# Try it
Type again, exactly, the lines below from the start through the line that includes "v -95.302 -92.075 35.671".

Dataset entries:
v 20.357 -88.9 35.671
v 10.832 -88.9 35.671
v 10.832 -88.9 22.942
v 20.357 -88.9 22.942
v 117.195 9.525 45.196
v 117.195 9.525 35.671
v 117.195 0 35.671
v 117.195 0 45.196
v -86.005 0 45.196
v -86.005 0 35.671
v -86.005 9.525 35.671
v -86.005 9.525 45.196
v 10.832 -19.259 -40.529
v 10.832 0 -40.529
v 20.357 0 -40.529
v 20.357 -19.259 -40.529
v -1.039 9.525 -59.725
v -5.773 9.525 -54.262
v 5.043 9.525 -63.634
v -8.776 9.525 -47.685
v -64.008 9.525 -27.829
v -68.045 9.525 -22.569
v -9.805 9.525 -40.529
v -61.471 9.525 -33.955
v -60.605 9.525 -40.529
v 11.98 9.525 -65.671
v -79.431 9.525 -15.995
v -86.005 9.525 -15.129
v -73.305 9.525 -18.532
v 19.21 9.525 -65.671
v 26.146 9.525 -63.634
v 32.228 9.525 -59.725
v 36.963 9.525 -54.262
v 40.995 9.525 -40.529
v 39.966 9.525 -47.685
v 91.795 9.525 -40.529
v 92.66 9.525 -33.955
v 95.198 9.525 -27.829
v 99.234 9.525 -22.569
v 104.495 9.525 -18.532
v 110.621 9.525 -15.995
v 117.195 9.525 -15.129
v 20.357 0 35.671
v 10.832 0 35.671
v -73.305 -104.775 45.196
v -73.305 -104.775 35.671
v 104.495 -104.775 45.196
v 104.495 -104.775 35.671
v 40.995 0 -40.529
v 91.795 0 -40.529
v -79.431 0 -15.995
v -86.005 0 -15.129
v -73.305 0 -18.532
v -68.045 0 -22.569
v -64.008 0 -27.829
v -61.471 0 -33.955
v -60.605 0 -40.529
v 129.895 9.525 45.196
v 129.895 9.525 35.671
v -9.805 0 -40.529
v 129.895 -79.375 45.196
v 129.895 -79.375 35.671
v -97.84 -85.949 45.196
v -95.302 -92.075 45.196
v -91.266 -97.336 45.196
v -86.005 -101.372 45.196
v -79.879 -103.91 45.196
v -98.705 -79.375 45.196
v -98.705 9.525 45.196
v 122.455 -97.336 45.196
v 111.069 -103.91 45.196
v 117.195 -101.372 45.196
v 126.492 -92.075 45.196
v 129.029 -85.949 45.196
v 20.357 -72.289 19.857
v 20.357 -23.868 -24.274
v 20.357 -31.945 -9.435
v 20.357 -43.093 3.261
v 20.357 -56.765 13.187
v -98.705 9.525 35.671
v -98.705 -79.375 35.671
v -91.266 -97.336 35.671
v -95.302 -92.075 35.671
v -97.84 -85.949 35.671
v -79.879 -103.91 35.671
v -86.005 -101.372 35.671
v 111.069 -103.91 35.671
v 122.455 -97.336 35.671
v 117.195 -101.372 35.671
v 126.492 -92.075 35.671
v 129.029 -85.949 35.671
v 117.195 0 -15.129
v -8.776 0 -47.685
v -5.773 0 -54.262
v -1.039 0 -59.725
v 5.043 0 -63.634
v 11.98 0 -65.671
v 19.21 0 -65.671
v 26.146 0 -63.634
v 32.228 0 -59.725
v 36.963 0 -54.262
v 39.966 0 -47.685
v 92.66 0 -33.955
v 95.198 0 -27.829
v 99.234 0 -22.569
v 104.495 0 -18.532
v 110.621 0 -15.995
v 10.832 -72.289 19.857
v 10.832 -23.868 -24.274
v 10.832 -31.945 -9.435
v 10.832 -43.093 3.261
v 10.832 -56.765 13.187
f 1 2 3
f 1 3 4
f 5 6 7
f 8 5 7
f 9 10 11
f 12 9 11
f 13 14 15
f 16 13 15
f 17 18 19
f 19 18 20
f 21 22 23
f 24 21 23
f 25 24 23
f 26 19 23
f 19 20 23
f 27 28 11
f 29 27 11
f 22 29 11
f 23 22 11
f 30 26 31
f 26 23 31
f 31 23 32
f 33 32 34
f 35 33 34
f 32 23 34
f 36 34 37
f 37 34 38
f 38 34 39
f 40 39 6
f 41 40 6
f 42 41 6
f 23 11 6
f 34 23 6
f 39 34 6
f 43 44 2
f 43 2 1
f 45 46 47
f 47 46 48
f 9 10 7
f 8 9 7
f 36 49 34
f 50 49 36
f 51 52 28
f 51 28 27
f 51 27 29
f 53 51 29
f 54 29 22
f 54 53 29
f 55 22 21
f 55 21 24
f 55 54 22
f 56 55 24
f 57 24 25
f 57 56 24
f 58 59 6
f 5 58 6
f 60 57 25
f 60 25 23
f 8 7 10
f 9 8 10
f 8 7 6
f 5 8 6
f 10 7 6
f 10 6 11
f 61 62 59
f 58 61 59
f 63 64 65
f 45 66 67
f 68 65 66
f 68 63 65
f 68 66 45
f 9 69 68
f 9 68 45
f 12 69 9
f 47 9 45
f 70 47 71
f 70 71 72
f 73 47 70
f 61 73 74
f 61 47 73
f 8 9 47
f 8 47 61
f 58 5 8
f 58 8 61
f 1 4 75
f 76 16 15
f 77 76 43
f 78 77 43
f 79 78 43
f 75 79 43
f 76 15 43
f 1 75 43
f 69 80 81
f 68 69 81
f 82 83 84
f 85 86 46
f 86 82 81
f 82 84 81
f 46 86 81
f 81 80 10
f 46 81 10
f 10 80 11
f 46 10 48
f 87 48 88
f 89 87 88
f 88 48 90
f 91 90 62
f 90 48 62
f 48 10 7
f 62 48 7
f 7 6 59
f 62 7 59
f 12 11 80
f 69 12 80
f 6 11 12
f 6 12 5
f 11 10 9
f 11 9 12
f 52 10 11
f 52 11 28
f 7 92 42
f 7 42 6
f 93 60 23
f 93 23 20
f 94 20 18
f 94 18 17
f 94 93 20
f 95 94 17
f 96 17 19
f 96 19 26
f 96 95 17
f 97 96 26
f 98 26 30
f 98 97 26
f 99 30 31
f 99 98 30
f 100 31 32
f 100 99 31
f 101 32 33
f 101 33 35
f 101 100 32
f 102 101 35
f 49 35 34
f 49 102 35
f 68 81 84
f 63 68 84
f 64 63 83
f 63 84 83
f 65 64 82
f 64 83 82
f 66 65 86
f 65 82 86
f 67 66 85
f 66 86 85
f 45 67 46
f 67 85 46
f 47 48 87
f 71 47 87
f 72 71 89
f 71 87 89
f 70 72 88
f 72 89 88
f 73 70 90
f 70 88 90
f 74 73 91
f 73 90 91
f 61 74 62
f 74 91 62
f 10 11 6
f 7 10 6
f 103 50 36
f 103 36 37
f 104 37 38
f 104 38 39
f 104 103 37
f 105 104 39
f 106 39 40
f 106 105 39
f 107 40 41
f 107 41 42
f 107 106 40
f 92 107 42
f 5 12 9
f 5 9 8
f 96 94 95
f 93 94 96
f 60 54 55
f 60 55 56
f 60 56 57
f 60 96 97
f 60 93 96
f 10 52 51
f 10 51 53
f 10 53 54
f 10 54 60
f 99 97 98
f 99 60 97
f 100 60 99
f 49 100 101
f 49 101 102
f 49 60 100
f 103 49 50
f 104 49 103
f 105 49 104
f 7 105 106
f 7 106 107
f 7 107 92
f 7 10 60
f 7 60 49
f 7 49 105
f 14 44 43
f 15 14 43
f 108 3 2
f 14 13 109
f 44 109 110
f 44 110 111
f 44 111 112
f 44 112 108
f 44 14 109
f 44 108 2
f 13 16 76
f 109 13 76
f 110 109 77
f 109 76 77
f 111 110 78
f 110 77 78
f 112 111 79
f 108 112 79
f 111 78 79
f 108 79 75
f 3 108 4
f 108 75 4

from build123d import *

# Parameters (mm, degrees)
F1_DEPTH = 9.525
F3_DEPTH = 9.525
F4_W     = 203.2
F4_H     = 9.525
F5_DEPTH = 9.525
F6_W     = 9.525
F6_H     = 76.2
F7_DEPTH = 88.9
F9_DEPTH = 19.304


with BuildPart() as f1:
    # F0 (on Front) → F1 (new body)
    with BuildSketch(Plane.XZ):
        with BuildLine():
            Line((117.194766, 35.670682), (-86.005234, 35.670682))
            Line((-86.005234, 35.670682), (-86.005234, -15.129318))
            ThreePointArc((-86.005234, -15.129318), (-68.044722, -22.568806), (-60.605234, -40.529318))
            Line((-60.605234, -40.529318), (-9.805234, -40.529318))
            ThreePointArc((-9.805234, -40.529318), (15.594766, -65.929318), (40.994766, -40.529318))
            Line((40.994766, -40.529318), (91.794766, -40.529318))
            ThreePointArc((91.794766, -40.529318), (99.234253, -22.568806), (117.194766, -15.129318))
            Line((117.194766, -15.129318), (117.194766, 35.670682))
        make_face()
    extrude(amount=-F1_DEPTH)


with BuildPart() as f3:
    # F2 (on face) → F3 (new body)
    with BuildSketch(Plane.XY.offset(35.670682)):
        with BuildLine():
            Line((-86.005234, 9.525), (-98.705234, 9.525))
            Line((-98.705234, 9.525), (-98.705234, -79.375))
            ThreePointArc((-98.705234, -79.375), (-91.265747, -97.335512), (-73.305234, -104.775))
            Line((-73.305234, -104.775), (104.494766, -104.775))
            ThreePointArc((104.494766, -104.775), (122.455278, -97.335512), (129.894766, -79.375))
            Line((129.894766, -79.375), (129.894766, 9.525))
            Line((129.894766, 9.525), (117.194766, 9.525))
            Line((117.194766, 9.525), (117.194766, 0))
            Line((117.194766, 0), (-86.005234, 0))
            Line((-86.005234, 0), (-86.005234, 9.525))
        make_face()
    extrude(amount=F3_DEPTH)


with BuildPart() as f5:
    # F4 (on face) → F5 (new body)
    with BuildSketch(Plane.XY.offset(35.670682)):
        with Locations((15.594766, 4.7625)):
            Rectangle(F4_W, F4_H)
    extrude(amount=F5_DEPTH)


with BuildPart() as f7:
    # F6 (on face) → F7 (new body)
    with BuildSketch(Plane.XZ):
        with Locations((15.594766, -2.429318)):
            Rectangle(F6_W, F6_H)
    extrude(amount=F7_DEPTH)

    # F8 (on face) → F9 (cut)
    with BuildSketch(Plane.YZ.offset(20.357266)):
        with BuildLine():
            Line((-88.9, -40.529318), (-19.259443, -40.529318))
            ThreePointArc((-19.259443, -40.529318), (-43.093247, 3.26067), (-88.9, 22.941996))
            Line((-88.9, 22.941996), (-88.9, -40.529318))
        make_face()
        with BuildLine():
            ThreePointArc((-88.9, 22.941996), (-150.222354, -104.949952), (-18.222476, -53.057624))
            ThreePointArc((-18.222476, -53.057624), (-18.482161, -46.77205), (-19.259443, -40.529318))
            Line((-19.259443, -40.529318), (-88.9, -40.529318))
            Line((-88.9, -40.529318), (-88.9, 22.941996))
        make_face()
    extrude(amount=-F9_DEPTH, mode=Mode.SUBTRACT)


solid = Compound([f1.part, f3.part, f5.part, f7.part])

# Answer area
v 20.357 -88.9 35.671
v 10.832 -88.9 35.671
v 10.832 -88.9 22.942
v 20.357 -88.9 22.942
v 117.195 9.525 45.196
v 117.195 9.525 35.671
v 117.195 0 35.671
v 117.195 0 45.196
v -86.005 0 45.196
v -86.005 0 35.671
v -86.005 9.525 35.671
v -86.005 9.525 45.196
v 10.832 -19.259 -40.529
v 10.832 0 -40.529
v 20.357 0 -40.529
v 20.357 -19.259 -40.529
v -1.039 9.525 -59.725
v -5.773 9.525 -54.262
v 5.043 9.525 -63.634
v -8.776 9.525 -47.685
v -64.008 9.525 -27.829
v -68.045 9.525 -22.569
v -9.805 9.525 -40.529
v -61.471 9.525 -33.955
v -60.605 9.525 -40.529
v 11.98 9.525 -65.671
v -79.431 9.525 -15.995
v -86.005 9.525 -15.129
v -73.305 9.525 -18.532
v 19.21 9.525 -65.671
v 26.146 9.525 -63.634
v 32.228 9.525 -59.725
v 36.963 9.525 -54.262
v 40.995 9.525 -40.529
v 39.966 9.525 -47.685
v 91.795 9.525 -40.529
v 92.66 9.525 -33.955
v 95.198 9.525 -27.829
v 99.234 9.525 -22.569
v 104.495 9.525 -18.532
v 110.621 9.525 -15.995
v 117.195 9.525 -15.129
v 20.357 0 35.671
v 10.832 0 35.671
v -73.305 -104.775 45.196
v -73.305 -104.775 35.671
v 104.495 -104.775 45.196
v 104.495 -104.775 35.671
v 40.995 0 -40.529
v 91.795 0 -40.529
v -79.431 0 -15.995
v -86.005 0 -15.129
v -73.305 0 -18.532
v -68.045 0 -22.569
v -64.008 0 -27.829
v -61.471 0 -33.955
v -60.605 0 -40.529
v 129.895 9.525 45.196
v 129.895 9.525 35.671
v -9.805 0 -40.529
v 129.895 -79.375 45.196
v 129.895 -79.375 35.671
v -97.84 -85.949 45.196
v -95.302 -92.075 45.196
v -91.266 -97.336 45.196
v -86.005 -101.372 45.196
v -79.879 -103.91 45.196
v -98.705 -79.375 45.196
v -98.705 9.525 45.196
v 122.455 -97.336 45.196
v 111.069 -103.91 45.196
v 117.195 -101.372 45.196
v 126.492 -92.075 45.196
v 129.029 -85.949 45.196
v 20.357 -72.289 19.857
v 20.357 -23.868 -24.274
v 20.357 -31.945 -9.435
v 20.357 -43.093 3.261
v 20.357 -56.765 13.187
v -98.705 9.525 35.671
v -98.705 -79.375 35.671
v -91.266 -97.336 35.671
v -95.302 -92.075 35.671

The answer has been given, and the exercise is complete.